With time running down before the 2022 cycle gets fully underway, Trump has to be frustrated with the potentially strong challengers to Kemp who have failed to take up his offer of support He was promoting former congressman Doug Collins as a Kemp-beater back in December. But Collins, reportedly exhausted from his unsuccessful 2020 Senate race (he finished third in the special election field to finish Johnny Isakson’s term, behind Loeffler and the eventual winner Raphael Warnock), chose to announce he wouldn’t be running for any office in 2022.
Now CNN reports another misfire by Trump in Georgia:
In early May at Mar-a-Lago, Trump met with Georgia state Sen. Burt Jones and Jones’ father, a wealthy pro-Trump donor, and said he wanted the younger Jones to run for governor against Brian Kemp in the Republican primary. With the former President’s backing, Jones could knock off the first-term governor, one of Trump’s top political targets.
But by the end of the meeting, Jones made it known to Trump he was unsure about taking on Kemp and that he preferred to run for lieutenant governor, according to four people familiar with the meeting.
Jones’s logic is impeccable. He would instantly be the front-runner for the open Republican lieutenant-governor nomination (incumbent Geoff Duncan, another GOP elected official who refused to accept Trump’s 2020 big lie, isn’t even bothering to run for reelection), and then, assuming he won the general election, would be in the catbird seat for 2026, when Kemp, if he survives, would be term-limited. And even with Trump’s backing, taking on an incumbent governor in a primary would be tough sledding at best. But what does Donald Trump care about Jones’s long-term career strategy? He wants Brian Kemp punished now.
Nor are Trump’s 2022 stumbles in Georgia limited to the governorship. He very publicly encouraged University of Georgia football legend Herschel Walker (a friend of Trump’s dating back to Walker’s days playing for a pro football franchise owned by the mogul) to run against Raphael Warnock when the Democrat pursues a full Senate term next year. Trump’s move all but froze the field as other Republicans waited to see what “Herschel,” as he is universally known in Georgia, would do. But Walker, who currently lives in Texas, is taking his time as Warnock happily raises money, and Republicans could have to scramble for a candidate if the former Heisman Trophy winner ultimately gives the race a pass.
For all his power within the GOP, Trump does not have a perfect record as a kingmaker. In deep-red and very Trump-y Alabama in 2017 in the special election created when Jeff Sessions (briefly) became attorney general, the president endorsed the appointed senator Luther Strange in the GOP primary and a runoff, and then endorsed the wild man who beat Strange, Judge Roy Moore, in the general election. He went zero-for-three.
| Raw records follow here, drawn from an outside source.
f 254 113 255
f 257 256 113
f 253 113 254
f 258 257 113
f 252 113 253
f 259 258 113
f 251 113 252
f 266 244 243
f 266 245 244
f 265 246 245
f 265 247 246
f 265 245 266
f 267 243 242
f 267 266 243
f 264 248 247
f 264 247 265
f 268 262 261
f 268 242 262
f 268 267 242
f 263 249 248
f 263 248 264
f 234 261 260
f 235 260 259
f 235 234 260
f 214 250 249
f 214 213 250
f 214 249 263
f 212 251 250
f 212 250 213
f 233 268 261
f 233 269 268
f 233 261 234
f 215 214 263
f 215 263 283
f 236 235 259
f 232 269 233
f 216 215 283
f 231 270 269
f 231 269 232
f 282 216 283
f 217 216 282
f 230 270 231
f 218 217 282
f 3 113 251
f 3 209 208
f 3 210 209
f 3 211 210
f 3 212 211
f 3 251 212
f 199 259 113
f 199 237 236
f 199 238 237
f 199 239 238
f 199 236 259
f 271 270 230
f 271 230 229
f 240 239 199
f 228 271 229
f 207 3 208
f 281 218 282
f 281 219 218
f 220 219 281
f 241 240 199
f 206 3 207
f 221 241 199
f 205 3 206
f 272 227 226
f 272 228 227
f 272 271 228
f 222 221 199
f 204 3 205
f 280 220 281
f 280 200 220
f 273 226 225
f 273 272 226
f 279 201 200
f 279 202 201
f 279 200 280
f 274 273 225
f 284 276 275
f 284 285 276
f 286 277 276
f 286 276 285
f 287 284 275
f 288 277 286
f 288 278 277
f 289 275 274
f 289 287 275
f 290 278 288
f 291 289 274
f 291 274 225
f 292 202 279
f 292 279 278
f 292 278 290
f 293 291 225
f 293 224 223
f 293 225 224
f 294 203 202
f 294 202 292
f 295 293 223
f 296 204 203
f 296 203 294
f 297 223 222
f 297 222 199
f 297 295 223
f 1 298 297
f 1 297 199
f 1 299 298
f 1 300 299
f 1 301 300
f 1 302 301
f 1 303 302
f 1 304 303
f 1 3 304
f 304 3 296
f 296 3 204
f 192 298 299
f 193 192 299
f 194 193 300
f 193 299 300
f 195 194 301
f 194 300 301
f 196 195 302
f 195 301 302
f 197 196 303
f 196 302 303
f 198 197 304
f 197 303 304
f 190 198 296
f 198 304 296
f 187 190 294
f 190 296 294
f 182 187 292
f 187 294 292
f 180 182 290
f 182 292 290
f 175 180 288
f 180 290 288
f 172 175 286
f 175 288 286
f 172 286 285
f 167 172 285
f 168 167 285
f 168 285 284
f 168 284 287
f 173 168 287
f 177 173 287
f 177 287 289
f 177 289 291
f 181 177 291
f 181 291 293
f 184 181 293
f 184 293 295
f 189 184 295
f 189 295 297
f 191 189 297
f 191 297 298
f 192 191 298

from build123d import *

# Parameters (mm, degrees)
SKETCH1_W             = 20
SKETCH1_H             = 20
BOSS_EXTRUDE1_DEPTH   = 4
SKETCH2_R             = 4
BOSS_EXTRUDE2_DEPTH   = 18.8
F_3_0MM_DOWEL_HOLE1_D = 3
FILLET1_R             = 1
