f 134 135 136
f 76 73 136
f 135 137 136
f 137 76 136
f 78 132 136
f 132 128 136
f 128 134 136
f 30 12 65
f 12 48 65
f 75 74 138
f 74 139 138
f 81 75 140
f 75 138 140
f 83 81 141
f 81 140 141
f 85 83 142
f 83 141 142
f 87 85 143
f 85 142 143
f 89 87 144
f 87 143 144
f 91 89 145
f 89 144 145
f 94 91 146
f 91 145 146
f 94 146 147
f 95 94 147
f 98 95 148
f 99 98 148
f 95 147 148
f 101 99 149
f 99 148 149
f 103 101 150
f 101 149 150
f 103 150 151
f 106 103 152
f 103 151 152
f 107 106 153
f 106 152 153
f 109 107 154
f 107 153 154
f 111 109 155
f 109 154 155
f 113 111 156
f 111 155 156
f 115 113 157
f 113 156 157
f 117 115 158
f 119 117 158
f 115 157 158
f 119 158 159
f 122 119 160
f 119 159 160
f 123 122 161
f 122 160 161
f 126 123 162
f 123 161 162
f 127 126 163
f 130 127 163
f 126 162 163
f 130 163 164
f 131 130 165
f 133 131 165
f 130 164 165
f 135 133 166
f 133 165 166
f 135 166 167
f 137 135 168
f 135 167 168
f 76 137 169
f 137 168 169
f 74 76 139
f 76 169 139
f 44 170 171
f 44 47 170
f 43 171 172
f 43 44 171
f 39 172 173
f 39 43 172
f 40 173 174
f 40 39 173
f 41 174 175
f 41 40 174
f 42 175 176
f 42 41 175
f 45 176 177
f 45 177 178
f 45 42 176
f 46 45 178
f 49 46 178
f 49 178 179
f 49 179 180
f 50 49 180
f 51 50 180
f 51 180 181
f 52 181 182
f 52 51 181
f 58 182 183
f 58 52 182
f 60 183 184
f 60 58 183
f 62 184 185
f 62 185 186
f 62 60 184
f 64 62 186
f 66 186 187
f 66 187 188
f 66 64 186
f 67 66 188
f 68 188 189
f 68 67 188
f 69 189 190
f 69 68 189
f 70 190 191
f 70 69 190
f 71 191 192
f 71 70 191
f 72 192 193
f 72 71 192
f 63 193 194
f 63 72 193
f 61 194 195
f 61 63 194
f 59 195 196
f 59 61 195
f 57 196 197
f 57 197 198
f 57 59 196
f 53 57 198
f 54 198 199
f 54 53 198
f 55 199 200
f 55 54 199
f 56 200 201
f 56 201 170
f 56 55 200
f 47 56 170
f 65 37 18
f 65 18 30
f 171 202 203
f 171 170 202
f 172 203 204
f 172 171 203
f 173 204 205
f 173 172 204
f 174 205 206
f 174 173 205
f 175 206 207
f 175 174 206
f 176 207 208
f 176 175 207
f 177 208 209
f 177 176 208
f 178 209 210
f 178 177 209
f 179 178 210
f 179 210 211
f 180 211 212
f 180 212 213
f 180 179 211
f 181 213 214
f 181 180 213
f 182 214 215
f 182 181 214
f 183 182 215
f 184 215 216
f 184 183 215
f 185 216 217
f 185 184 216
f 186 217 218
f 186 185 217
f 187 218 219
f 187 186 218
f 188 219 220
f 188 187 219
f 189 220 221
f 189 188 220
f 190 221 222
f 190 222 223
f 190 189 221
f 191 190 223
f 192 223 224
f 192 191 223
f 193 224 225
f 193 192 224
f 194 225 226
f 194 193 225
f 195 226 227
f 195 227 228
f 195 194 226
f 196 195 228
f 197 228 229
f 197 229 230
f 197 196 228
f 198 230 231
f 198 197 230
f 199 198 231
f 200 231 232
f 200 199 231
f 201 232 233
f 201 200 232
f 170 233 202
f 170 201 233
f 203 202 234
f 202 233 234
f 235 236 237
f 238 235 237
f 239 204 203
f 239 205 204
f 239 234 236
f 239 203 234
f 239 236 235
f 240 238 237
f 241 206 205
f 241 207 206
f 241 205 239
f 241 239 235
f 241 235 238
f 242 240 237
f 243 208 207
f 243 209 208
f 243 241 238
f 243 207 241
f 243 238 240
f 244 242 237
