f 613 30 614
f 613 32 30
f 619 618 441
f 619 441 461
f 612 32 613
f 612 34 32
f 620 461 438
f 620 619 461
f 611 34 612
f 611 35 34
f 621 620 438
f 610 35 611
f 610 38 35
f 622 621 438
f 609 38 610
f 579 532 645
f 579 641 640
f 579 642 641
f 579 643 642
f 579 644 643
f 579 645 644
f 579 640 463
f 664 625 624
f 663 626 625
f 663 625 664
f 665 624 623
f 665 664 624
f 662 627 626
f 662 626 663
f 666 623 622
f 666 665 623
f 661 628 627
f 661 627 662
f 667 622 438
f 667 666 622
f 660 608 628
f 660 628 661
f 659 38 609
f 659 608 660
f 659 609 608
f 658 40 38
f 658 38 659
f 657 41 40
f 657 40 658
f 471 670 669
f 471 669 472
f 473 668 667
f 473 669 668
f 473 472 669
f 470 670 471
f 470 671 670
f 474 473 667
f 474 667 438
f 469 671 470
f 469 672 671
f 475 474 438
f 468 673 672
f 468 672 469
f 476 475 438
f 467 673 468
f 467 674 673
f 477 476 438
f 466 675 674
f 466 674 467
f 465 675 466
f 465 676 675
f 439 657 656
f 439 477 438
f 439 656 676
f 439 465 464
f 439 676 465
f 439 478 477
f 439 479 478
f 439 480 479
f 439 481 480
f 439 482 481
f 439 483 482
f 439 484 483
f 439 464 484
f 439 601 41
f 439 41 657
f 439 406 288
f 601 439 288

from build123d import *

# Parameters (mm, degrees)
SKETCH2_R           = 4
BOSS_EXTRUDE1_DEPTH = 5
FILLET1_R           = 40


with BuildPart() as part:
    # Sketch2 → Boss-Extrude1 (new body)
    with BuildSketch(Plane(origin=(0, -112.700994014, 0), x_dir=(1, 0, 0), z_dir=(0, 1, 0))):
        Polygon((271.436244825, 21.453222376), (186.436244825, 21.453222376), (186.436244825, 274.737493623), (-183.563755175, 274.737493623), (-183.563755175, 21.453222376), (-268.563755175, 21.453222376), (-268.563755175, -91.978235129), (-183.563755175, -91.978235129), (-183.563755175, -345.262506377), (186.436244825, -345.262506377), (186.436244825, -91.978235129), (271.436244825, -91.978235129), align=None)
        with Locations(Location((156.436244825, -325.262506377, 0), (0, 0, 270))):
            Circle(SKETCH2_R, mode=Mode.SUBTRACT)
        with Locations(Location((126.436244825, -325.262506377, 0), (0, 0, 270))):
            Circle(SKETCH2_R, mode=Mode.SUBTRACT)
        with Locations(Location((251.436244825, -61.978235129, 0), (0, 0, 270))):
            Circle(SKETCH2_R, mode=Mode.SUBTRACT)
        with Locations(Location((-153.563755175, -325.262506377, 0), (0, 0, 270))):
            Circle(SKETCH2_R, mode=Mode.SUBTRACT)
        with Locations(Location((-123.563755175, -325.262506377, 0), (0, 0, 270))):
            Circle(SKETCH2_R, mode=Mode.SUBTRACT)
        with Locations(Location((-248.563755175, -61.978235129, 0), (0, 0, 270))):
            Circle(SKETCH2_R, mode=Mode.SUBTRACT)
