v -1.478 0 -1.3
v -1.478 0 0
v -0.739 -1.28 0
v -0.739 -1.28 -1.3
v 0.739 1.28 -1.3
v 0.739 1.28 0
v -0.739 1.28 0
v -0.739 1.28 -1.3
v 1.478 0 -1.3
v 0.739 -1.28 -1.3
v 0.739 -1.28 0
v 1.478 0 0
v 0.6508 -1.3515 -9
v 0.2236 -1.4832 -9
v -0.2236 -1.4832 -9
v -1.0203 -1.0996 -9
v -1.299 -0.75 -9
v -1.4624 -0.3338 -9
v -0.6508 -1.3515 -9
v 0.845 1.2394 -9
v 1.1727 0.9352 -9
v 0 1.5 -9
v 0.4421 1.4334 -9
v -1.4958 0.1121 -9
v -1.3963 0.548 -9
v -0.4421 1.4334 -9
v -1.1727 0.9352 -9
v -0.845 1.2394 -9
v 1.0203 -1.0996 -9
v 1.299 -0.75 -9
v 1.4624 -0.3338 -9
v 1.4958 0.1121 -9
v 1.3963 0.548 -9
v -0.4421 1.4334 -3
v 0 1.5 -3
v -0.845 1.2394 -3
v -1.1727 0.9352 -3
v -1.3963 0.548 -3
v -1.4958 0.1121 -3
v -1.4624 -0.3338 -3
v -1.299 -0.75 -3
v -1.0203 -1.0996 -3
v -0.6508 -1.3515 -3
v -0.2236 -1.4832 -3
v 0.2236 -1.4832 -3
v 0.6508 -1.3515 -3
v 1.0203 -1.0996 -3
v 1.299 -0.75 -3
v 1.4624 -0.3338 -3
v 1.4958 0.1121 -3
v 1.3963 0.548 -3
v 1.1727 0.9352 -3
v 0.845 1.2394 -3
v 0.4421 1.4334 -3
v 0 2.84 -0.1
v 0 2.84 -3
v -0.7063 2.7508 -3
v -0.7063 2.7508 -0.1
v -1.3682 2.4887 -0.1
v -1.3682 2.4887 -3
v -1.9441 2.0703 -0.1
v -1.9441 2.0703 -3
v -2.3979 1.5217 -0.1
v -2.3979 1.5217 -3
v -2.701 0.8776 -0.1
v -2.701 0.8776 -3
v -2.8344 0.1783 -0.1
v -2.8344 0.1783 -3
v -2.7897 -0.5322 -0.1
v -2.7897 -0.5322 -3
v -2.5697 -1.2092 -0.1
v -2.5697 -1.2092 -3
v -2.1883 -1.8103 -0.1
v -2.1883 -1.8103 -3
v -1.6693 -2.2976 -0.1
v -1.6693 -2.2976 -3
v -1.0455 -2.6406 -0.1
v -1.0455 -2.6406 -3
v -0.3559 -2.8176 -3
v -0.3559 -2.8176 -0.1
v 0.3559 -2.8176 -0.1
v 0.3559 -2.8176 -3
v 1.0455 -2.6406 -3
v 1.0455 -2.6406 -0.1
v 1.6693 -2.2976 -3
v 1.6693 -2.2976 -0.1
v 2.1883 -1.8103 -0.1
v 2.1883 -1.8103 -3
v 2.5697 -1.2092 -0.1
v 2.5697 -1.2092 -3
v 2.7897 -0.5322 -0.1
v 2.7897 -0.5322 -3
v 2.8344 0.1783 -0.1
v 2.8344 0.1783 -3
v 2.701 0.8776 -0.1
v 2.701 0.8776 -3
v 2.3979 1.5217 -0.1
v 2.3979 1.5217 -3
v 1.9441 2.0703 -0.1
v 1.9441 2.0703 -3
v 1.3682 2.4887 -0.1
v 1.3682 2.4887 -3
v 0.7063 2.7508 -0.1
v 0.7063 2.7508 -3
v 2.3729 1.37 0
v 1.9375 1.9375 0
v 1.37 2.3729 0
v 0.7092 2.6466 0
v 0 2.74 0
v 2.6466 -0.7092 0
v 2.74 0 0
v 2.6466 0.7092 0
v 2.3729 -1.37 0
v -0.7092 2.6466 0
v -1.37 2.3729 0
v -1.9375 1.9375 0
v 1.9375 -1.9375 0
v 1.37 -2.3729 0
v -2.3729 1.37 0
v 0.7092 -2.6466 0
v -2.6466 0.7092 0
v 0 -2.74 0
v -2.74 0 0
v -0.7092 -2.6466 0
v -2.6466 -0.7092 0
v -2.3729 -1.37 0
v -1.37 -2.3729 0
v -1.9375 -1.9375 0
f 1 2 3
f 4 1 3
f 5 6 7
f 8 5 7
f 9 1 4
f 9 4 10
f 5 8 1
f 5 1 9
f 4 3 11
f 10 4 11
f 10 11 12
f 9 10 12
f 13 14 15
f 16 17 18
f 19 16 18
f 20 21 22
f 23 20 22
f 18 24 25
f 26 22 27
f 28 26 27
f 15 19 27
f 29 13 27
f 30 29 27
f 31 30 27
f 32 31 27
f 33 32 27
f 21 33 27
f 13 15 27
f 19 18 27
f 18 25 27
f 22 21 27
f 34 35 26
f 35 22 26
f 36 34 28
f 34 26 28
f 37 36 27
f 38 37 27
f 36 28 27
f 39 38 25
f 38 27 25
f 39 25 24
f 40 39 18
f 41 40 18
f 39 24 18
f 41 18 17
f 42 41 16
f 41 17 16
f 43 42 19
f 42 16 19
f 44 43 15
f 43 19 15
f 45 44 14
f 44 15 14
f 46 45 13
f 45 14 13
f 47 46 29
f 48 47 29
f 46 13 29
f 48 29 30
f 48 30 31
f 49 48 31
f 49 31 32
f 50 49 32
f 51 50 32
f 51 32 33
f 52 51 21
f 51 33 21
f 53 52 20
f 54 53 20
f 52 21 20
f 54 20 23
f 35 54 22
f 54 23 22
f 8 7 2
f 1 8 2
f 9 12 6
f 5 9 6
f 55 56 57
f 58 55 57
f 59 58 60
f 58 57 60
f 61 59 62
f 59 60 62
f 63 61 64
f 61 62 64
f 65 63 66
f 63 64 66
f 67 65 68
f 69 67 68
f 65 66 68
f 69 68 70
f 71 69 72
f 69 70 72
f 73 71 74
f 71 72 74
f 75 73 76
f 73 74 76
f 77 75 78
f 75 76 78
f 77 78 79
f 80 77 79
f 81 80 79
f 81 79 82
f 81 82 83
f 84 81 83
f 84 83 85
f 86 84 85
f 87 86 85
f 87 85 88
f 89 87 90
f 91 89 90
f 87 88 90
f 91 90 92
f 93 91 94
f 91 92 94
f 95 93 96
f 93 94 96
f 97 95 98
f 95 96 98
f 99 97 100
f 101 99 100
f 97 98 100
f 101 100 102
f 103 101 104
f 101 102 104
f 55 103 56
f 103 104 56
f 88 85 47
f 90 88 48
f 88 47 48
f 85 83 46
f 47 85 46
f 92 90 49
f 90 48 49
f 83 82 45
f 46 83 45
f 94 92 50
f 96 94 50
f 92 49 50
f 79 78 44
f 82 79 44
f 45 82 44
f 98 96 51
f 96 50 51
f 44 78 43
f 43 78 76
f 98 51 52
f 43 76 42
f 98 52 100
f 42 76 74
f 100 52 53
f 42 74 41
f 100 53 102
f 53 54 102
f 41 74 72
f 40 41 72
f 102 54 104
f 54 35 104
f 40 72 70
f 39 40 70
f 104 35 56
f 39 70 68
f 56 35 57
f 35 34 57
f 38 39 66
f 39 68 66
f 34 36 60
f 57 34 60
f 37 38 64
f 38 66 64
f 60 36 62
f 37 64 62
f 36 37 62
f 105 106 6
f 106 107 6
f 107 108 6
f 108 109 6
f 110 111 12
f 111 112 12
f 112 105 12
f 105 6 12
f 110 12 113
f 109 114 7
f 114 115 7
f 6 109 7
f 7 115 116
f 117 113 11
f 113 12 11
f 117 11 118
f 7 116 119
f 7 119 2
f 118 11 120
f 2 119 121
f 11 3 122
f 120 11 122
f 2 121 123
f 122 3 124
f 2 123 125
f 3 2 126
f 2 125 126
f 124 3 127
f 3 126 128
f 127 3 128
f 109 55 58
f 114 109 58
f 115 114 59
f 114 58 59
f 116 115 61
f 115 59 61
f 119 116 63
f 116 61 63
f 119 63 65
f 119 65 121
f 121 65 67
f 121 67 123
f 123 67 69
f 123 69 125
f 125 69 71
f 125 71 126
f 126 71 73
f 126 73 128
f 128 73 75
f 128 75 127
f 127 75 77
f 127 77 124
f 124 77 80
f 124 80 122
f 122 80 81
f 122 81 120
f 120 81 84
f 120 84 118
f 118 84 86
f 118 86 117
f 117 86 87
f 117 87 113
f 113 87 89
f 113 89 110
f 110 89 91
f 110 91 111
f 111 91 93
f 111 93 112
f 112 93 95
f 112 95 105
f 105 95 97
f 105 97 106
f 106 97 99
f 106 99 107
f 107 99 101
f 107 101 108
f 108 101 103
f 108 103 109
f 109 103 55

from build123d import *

# Parameters (mm, degrees)
CUT_EXTRUDE_1_DEPTH = 1.3
CHAMFER_628_SIZE    = 0.1


with BuildPart() as part:
    # 草图1 → 旋转1 (revolve)
    with BuildSketch(Plane(origin=(0, 0, 0), x_dir=(0, 0, -1), z_dir=(1, 0, 0))):
        Polygon((0, 0), (0, 2.84), (3, 2.84), (3, 1.5), (9, 1.5), (9, 0), align=None)
    revolve(axis=Axis((0, 0, -9), (0, 0, 1)))

    # 草图2 → 切除-拉伸1 (cut)
    with BuildSketch(Plane.XY):
        Polygon((0.739008345, 1.28), (-0.739008345, 1.28), (-1.478016689, 0), (-0.739008345, -1.28), (0.739008345, -1.28), (1.478016689, 0), align=None)
    extrude(amount=-CUT_EXTRUDE_1_DEPTH, mode=Mode.SUBTRACT)

    # Chamfer 628
    chamfer_628_edges = [part.edges().sort_by_distance(p)[0] for p in [
        (0, -2.84, 0),
    ]]
    chamfer(chamfer_628_edges, length=CHAMFER_628_SIZE)


solid = part.part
As for Kemp, even if he outfoxes Trump and avoids a serious primary challenge, he will still have a tough general election ahead of him, probably against the woman he barely defeated (after purging quite a few of her voters from the rolls), Stacey Abrams. All the steps he takes, moreover, to convince MAGA voters that he is as savagely reactionary as ever will probably eliminate any credit swing voters might otherwise give him for independence from Trump. But I’m sure Kemp is living one day at a time politically, and so far he’s surviving.